How the Ethics of Foie Gras Tell us about the Ethics of Livestock Production More Broadly
Starting Nov. 25, 2022, it will be illegal for restaurants and grocers in New York City to serve or sell foie gras, a traditional French dish made of duck or goose liver. Foie gras is made by force-feeding the birds, typically through a tube leading from the mouth to the stomach, to fatten their liver, which critics deem inhumane. Notably, the New York City Council enacted the upcoming ban for that very reason, with the councilwoman who sponsored the legislation telling the New York Times that force-feeding is “the most inhumane process.”
This legal change has been the subject of considerable debate, representing just the latest flashpoint in an ongoing dispute over the ethics of foie gras. While animal rights activists consider the force-feeding process abhorrent, foie gras farmers and many restaurant owners contend that it is not so cruel, in fact, and that banning foie gras devalues culinary freedom. Over the years, these opposing sides have clashed in several municipalities, including in Chicago, where after the city council outlawed foie gras in 2006, an uproar from restaurant owners eventually led the city to lift the ban only two years later.
You might, understandably, be wondering—why talk about foie gras? It may seem like a bit of a niche issue. However, the foie gras controversy merits discussion as a microcosm of a broader, ongoing debate regarding the ethical foundations of animal production overall. Upon close examination, it becomes apparent that livestock production systems, as currently constituted, are perhaps fundamentally ethically deficient. In evaluating the ethical basis for foie gras and other animal products, I will argue that, ultimately, governments should ban foie gras. Moreover, a broader societal reevaluation of how we approach animal production is needed—though the feasibility of potential solutions remains uncertain.
Let’s begin by taking a closer look at the history and production of foie gras to help understand why banning it is so important and contentious. Notably, the dish is regarded as a delicacy in French cuisine, esteemed for its rich, buttery, and delicate flavor. Its origins go back to Ancient Egypt, though it only became widespread in the 1500s in France, where it remains hugely popular and culturally significant. According to current French law, “Foie gras belongs to the protected cultural and gastronomic heritage of France.” So, for foie gras farmers and many restaurant owners—in France, the United States, and worldwide—foie gras is just a delicious, culturally significant dish.
What animal rights activists take issue with is, as previously noted, the force-feeding process required to produce the dish. The physiological basis for force-feeding lies in the fact that, in preparation for long migrations, some waterfowl, including ducks and geese, expand their esophagus to gain weight, especially by accumulating fat in the liver. When foie gras farmers force-feed ducks or geese, they gradually increase the amount of food given to the birds, eventually administering far more food than a bird would ever voluntarily eat in the wild or captivity.
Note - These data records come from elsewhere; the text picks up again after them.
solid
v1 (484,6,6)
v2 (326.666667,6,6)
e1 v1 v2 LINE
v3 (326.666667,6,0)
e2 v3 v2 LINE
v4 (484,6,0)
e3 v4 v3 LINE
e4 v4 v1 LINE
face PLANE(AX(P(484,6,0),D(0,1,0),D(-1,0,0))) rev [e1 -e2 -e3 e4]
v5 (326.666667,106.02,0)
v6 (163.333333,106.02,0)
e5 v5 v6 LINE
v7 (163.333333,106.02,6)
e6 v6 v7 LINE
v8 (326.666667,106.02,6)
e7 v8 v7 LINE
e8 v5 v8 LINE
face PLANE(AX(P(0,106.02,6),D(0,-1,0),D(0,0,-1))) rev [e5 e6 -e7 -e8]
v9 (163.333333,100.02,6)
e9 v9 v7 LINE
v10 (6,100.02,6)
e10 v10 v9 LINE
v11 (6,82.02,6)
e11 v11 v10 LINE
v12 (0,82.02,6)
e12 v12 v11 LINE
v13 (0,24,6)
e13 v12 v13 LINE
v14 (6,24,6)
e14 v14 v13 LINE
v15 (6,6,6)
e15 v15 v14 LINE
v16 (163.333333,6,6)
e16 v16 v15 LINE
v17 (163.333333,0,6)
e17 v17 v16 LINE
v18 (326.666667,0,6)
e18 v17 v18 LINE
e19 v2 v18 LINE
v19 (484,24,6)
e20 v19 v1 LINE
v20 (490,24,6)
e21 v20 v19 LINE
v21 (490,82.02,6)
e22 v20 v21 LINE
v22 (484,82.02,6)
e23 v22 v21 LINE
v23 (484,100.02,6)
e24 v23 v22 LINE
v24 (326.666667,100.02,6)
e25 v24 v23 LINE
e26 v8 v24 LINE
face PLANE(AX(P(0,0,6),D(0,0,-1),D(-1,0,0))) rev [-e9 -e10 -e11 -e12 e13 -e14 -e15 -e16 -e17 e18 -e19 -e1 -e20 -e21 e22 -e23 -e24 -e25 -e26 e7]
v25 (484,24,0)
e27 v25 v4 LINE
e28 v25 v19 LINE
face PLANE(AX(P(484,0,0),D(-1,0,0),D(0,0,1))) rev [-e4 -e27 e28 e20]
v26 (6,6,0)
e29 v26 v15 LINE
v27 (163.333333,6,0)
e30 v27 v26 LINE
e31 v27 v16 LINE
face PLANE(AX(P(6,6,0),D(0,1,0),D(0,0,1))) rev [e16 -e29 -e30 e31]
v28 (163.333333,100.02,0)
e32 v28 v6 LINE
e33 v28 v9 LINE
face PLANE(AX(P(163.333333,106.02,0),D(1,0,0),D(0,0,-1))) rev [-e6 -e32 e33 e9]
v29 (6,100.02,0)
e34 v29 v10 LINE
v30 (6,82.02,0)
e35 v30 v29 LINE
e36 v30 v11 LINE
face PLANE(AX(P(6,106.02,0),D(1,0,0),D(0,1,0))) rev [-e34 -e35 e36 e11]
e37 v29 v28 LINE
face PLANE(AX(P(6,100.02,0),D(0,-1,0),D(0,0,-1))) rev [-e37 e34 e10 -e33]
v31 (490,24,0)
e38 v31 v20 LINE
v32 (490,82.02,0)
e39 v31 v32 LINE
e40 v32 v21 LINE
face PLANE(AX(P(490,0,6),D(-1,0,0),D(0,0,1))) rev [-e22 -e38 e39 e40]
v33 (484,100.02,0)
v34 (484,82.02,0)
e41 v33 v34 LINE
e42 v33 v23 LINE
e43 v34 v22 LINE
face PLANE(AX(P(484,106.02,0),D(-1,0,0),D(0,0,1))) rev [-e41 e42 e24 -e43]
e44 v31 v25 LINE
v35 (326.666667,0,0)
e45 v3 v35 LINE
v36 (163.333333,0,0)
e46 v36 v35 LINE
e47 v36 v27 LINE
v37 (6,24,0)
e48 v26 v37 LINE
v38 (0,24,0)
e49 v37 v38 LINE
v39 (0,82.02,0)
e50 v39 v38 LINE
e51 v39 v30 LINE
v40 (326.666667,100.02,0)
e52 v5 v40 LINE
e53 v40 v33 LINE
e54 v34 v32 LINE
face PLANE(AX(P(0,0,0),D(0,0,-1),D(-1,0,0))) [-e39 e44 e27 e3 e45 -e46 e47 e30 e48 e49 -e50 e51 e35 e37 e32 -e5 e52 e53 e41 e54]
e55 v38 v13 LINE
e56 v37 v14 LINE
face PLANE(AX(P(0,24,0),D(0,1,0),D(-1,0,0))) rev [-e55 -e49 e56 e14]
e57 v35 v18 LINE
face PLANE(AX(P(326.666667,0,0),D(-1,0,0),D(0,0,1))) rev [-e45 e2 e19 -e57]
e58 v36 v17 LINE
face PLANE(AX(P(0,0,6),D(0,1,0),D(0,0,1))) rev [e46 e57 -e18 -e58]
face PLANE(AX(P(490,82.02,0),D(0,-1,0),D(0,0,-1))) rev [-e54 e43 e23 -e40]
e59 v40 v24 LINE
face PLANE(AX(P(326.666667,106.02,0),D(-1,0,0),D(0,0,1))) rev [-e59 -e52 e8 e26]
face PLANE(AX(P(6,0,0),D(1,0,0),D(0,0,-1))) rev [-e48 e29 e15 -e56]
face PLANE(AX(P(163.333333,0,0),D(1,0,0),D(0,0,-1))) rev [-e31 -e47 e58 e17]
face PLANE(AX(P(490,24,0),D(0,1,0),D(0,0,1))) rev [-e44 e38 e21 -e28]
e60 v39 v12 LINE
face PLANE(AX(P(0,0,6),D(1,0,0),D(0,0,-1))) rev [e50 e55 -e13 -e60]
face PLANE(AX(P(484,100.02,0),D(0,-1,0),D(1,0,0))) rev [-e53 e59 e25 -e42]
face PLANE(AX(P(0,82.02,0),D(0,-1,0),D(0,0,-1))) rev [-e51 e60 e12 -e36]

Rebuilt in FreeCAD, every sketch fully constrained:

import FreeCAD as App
import Part
import Sketcher
Q = App.Units.Quantity

doc = App.newDocument("Part")
body = doc.addObject("PartDesign::Body", "Body")

# Sketch on XY plane
sketch1 = body.newObject("Sketcher::SketchObject", "Sketch")
sketch1.AttachmentSupport = (doc.getObject("XY_Plane"), [""])
sketch1.MapMode = "FlatFace"
sketch1.addGeometry(Part.LineSegment(App.Vector(0, 106.02, 0), App.Vector(0, 0, 0)), False)
sketch1.addGeometry(Part.LineSegment(App.Vector(0, 0, 0), App.Vector(490, 0, 0)), False)
sketch1.addGeometry(Part.LineSegment(App.Vector(490, 0, 0), App.Vector(490, 106.02, 0)), False)
sketch1.addGeometry(Part.LineSegment(App.Vector(490, 106.02, 0), App.Vector(0, 106.02, 0)), False)
sketch1.addConstraint(Sketcher.Constraint("Coincident", 0, 2, 1, 1))
sketch1.addConstraint(Sketcher.Constraint("Coincident", 1, 2, 2, 1))
sketch1.addConstraint(Sketcher.Constraint("Coincident", 2, 2, 3, 1))
sketch1.addConstraint(Sketcher.Constraint("Coincident", 3, 2, 0, 1))
sketch1.addConstraint(Sketcher.Constraint("Vertical", 0))
sketch1.addConstraint(Sketcher.Constraint("Horizontal", 1))
sketch1.addConstraint(Sketcher.Constraint("Vertical", 2))
sketch1.addConstraint(Sketcher.Constraint("Horizontal", 3))
sketch1.addConstraint(Sketcher.Constraint("Coincident", 0, 2, -1, 1))
sketch1.addConstraint(Sketcher.Constraint("DistanceX", 1, 1, 1, 2, Q("490 mm")))
sketch1.addConstraint(Sketcher.Constraint("DistanceY", 0, 2, 0, 1, Q("106.02 mm")))
pad1 = body.newObject("PartDesign::Pad", "Pad")
pad1.Profile = sketch1
pad1.Length = 6

# Sketch on XY plane
sketch2 = body.newObject("Sketcher::SketchObject", "Sketch001")
sketch2.AttachmentSupport = (doc.getObject("XY_Plane"), [""])
sketch2.MapMode = "FlatFace"
sketch2.AttachmentOffset = App.Placement(App.Vector(0, 0, 6), App.Rotation())
sketch2.addGeometry(Part.LineSegment(App.Vector(484, 24, 0), App.Vector(484, 0, 0)), False)
sketch2.addGeometry(Part.LineSegment(App.Vector(484, 0, 0), App.Vector(490, 0, 0)), False)
sketch2.addGeometry(Part.LineSegment(App.Vector(490, 0, 0), App.Vector(490, 24, 0)), False)
sketch2.addGeometry(Part.LineSegment(App.Vector(490, 24, 0), App.Vector(484, 24, 0)), False)
sketch2.addGeometry(Part.LineSegment(App.Vector(484, 106.02, 0), App.Vector(484, 82.02, 0)), False)
sketch2.addGeometry(Part.LineSegment(App.Vector(484, 82.02, 0), App.Vector(490, 82.02, 0)), False)
sketch2.addGeometry(Part.LineSegment(App.Vector(490, 82.02, 0), App.Vector(490, 106.02, 0)), False)
sketch2.addGeometry(Part.LineSegment(App.Vector(490, 106.02, 0), App.Vector(484, 106.02, 0)), False)
sketch2.addGeometry(Part.LineSegment(App.Vector(0, 106.02, 0), App.Vector(0, 82.02, 0)), False)
sketch2.addGeometry(Part.LineSegment(App.Vector(0, 82.02, 0), App.Vector(6, 82.02, 0)), False)
sketch2.addGeometry(Part.LineSegment(App.Vector(6, 82.02, 0), App.Vector(6, 106.02, 0)), False)
sketch2.addGeometry(Part.LineSegment(App.Vector(6, 106.02, 0), App.Vector(0, 106.02, 0)), False)
sketch2.addGeometry(Part.LineSegment(App.Vector(0, 24, 0), App.Vector(0, 0, 0)), False)
sketch2.addGeometry(Part.LineSegment(App.Vector(0, 0, 0), App.Vector(6, 0, 0)), False)
sketch2.addGeometry(Part.LineSegment(App.Vector(6, 0, 0), App.Vector(6, 24, 0)), False)
sketch2.addGeometry(Part.LineSegment(App.Vector(6, 24, 0), App.Vector(0, 24, 0)), False)
sketch2.addConstraint(Sketcher.Constraint("Coincident", 0, 2, 1, 1))
sketch2.addConstraint(Sketcher.Constraint("Coincident", 1, 2, 2, 1))
sketch2.addConstraint(Sketcher.Constraint("Coincident", 2, 2, 3, 1))
sketch2.addConstraint(Sketcher.Constraint("Coincident", 3, 2, 0, 1))
sketch2.addConstraint(Sketcher.Constraint("Coincident", 4, 2, 5, 1))
sketch2.addConstraint(Sketcher.Constraint("Coincident", 5, 2, 6, 1))
sketch2.addConstraint(Sketcher.Constraint("Coincident", 6, 2, 7, 1))
sketch2.addConstraint(Sketcher.Constraint("Coincident", 7, 2, 4, 1))
sketch2.addConstraint(Sketcher.Constraint("Coincident", 8, 2, 9, 1))
sketch2.addConstraint(Sketcher.Constraint("Coincident", 9, 2, 10, 1))
sketch2.addConstraint(Sketcher.Constraint("Coincident", 10, 2, 11, 1))
sketch2.addConstraint(Sketcher.Constraint("Coincident", 11, 2, 8, 1))
sketch2.addConstraint(Sketcher.Constraint("Coincident", 12, 2, 13, 1))
sketch2.addConstraint(Sketcher.Constraint("Coincident", 13, 2, 14, 1))
sketch2.addConstraint(Sketcher.Constraint("Coincident", 14, 2, 15, 1))
sketch2.addConstraint(Sketcher.Constraint("Coincident", 15, 2, 12, 1))
sketch2.addConstraint(Sketcher.Constraint("Vertical", 0))
sketch2.addConstraint(Sketcher.Constraint("Horizontal", 1))
sketch2.addConstraint(Sketcher.Constraint("Vertical", 2))
sketch2.addConstraint(Sketcher.Constraint("Horizontal", 3))
sketch2.addConstraint(Sketcher.Constraint("Vertical", 4))
sketch2.addConstraint(Sketcher.Constraint("Horizontal", 5))
sketch2.addConstraint(Sketcher.Constraint("Vertical", 6))
sketch2.addConstraint(Sketcher.Constraint("Horizontal", 7))
sketch2.addConstraint(Sketcher.Constraint("Vertical", 8))
sketch2.addConstraint(Sketcher.Constraint("Horizontal", 9))
sketch2.addConstraint(Sketcher.Constraint("Vertical", 10))
sketch2.addConstraint(Sketcher.Constraint("Horizontal", 11))
sketch2.addConstraint(Sketcher.Constraint("Vertical", 12))
sketch2.addConstraint(Sketcher.Constraint("Horizontal", 13))
sketch2.addConstraint(Sketcher.Constraint("Vertical", 14))
sketch2.addConstraint(Sketcher.Constraint("Horizontal", 15))
sketch2.addConstraint(Sketcher.Constraint("Coincident", 12, 2, -1, 1))
sketch2.addConstraint(Sketcher.Constraint("PointOnObject", 0, 2, -1))
sketch2.addConstraint(Sketcher.Constraint("PointOnObject", 8, 2, -2))
sketch2.addConstraint(Sketcher.Constraint("Horizontal", 5, 2, 8, 2))
sketch2.addConstraint(Sketcher.Constraint("Horizontal", 7, 2, 10, 2))
sketch2.addConstraint(Sketcher.Constraint("Horizontal", 3, 2, 14, 2))
sketch2.addConstraint(Sketcher.Constraint("Vertical", 3, 2, 4, 2))
sketch2.addConstraint(Sketcher.Constraint("Vertical", 2, 2, 5, 2))
sketch2.addConstraint(Sketcher.Constraint("Vertical", 10, 2, 13, 2))
sketch2.addConstraint(Sketcher.Constraint("Equal", 7, 9))
sketch2.addConstraint(Sketcher.Constraint("Equal", 2, 4))
sketch2.addConstraint(Sketcher.Constraint("DistanceX", 1, 1, 1, 2, Q("6 mm")))
sketch2.addConstraint(Sketcher.Constraint("DistanceY", 0, 2, 0, 1, Q("24 mm")))
sketch2.addConstraint(Sketcher.Constraint("DistanceX", -1, 1, 0, 2, Q("484 mm")))
sketch2.addConstraint(Sketcher.Constraint("DistanceY", -1, 1, 4, 2, Q("82.02 mm")))
pocket1 = body.newObject("PartDesign::Pocket", "Pocket")
pocket1.Profile = sketch2
pocket1.Type = "ThroughAll"

# Sketch on XY plane
sketch3 = body.newObject("Sketcher::SketchObject", "Sketch002")
sketch3.AttachmentSupport = (doc.getObject("XY_Plane"), [""])
sketch3.MapMode = "FlatFace"
sketch3.AttachmentOffset = App.Placement(App.Vector(0, 0, 6), App.Rotation())
sketch3.addGeometry(Part.LineSegment(App.Vector(6, 6, 0), App.Vector(6, 0, 0)), False)
sketch3.addGeometry(Part.LineSegment(App.Vector(6, 0, 0), App.Vector(163.333333, 0, 0)), False)
sketch3.addGeometry(Part.LineSegment(App.Vector(163.333333, 0, 0), App.Vector(163.333333, 6, 0)), False)
sketch3.addGeometry(Part.LineSegment(App.Vector(163.333333, 6, 0), App.Vector(6, 6, 0)), False)
sketch3.addGeometry(Part.LineSegment(App.Vector(326.666667, 6, 0), App.Vector(326.666667, 0, 0)), False)
sketch3.addGeometry(Part.LineSegment(App.Vector(326.666667, 0, 0), App.Vector(484, 0, 0)), False)
sketch3.addGeometry(Part.LineSegment(App.Vector(484, 0, 0), App.Vector(484, 6, 0)), False)
sketch3.addGeometry(Part.LineSegment(App.Vector(484, 6, 0), App.Vector(326.666667, 6, 0)), False)
sketch3.addGeometry(Part.LineSegment(App.Vector(6, 106.02, 0), App.Vector(6, 100.02, 0)), False)
sketch3.addGeometry(Part.LineSegment(App.Vector(6, 100.02, 0), App.Vector(163.333333, 100.02, 0)), False)
sketch3.addGeometry(Part.LineSegment(App.Vector(163.333333, 100.02, 0), App.Vector(163.333333, 106.02, 0)), False)
sketch3.addGeometry(Part.LineSegment(App.Vector(163.333333, 106.02, 0), App.Vector(6, 106.02, 0)), False)
sketch3.addGeometry(Part.LineSegment(App.Vector(326.666667, 106.02, 0), App.Vector(326.666667, 100.02, 0)), False)
sketch3.addGeometry(Part.LineSegment(App.Vector(326.666667, 100.02, 0), App.Vector(484, 100.02, 0)), False)
sketch3.addGeometry(Part.LineSegment(App.Vector(484, 100.02, 0), App.Vector(484, 106.02, 0)), False)
sketch3.addGeometry(Part.LineSegment(App.Vector(484, 106.02, 0), App.Vector(326.666667, 106.02, 0)), False)
sketch3.addConstraint(Sketcher.Constraint("Coincident", 0, 2, 1, 1))
sketch3.addConstraint(Sketcher.Constraint("Coincident", 1, 2, 2, 1))
sketch3.addConstraint(Sketcher.Constraint("Coincident", 2, 2, 3, 1))
sketch3.addConstraint(Sketcher.Constraint("Coincident", 3, 2, 0, 1))
sketch3.addConstraint(Sketcher.Constraint("Coincident", 4, 2, 5, 1))
sketch3.addConstraint(Sketcher.Constraint("Coincident", 5, 2, 6, 1))
sketch3.addConstraint(Sketcher.Constraint("Coincident", 6, 2, 7, 1))
sketch3.addConstraint(Sketcher.Constraint("Coincident", 7, 2, 4, 1))
sketch3.addConstraint(Sketcher.Constraint("Coincident", 8, 2, 9, 1))
sketch3.addConstraint(Sketcher.Constraint("Coincident", 9, 2, 10, 1))
sketch3.addConstraint(Sketcher.Constraint("Coincident", 10, 2, 11, 1))
sketch3.addConstraint(Sketcher.Constraint("Coincident", 11, 2, 8, 1))
sketch3.addConstraint(Sketcher.Constraint("Coincident", 12, 2, 13, 1))
sketch3.addConstraint(Sketcher.Constraint("Coincident", 13, 2, 14, 1))
sketch3.addConstraint(Sketcher.Constraint("Coincident", 14, 2, 15, 1))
By the end of the process, the birds’ livers have swelled up to 10 times their usual size.
Foie gras proponents claim that the force-feeding process can be humane, with the birds not necessarily rejecting the force-feeding. However, study after study demonstrates that force-feeding is an undeniably cruel, harmful practice. It leads to discomfort and injuries during force-feeding, gait abnormalities that prevent participation in natural waterfowl activities such as bathing and swimming, and high rates of bone fracture, among other concerning effects. Ultimately, researchers have found that mortality rates are between 4 to 20 times higher for force-fed ducks than for non-force-fed ducks of the same age.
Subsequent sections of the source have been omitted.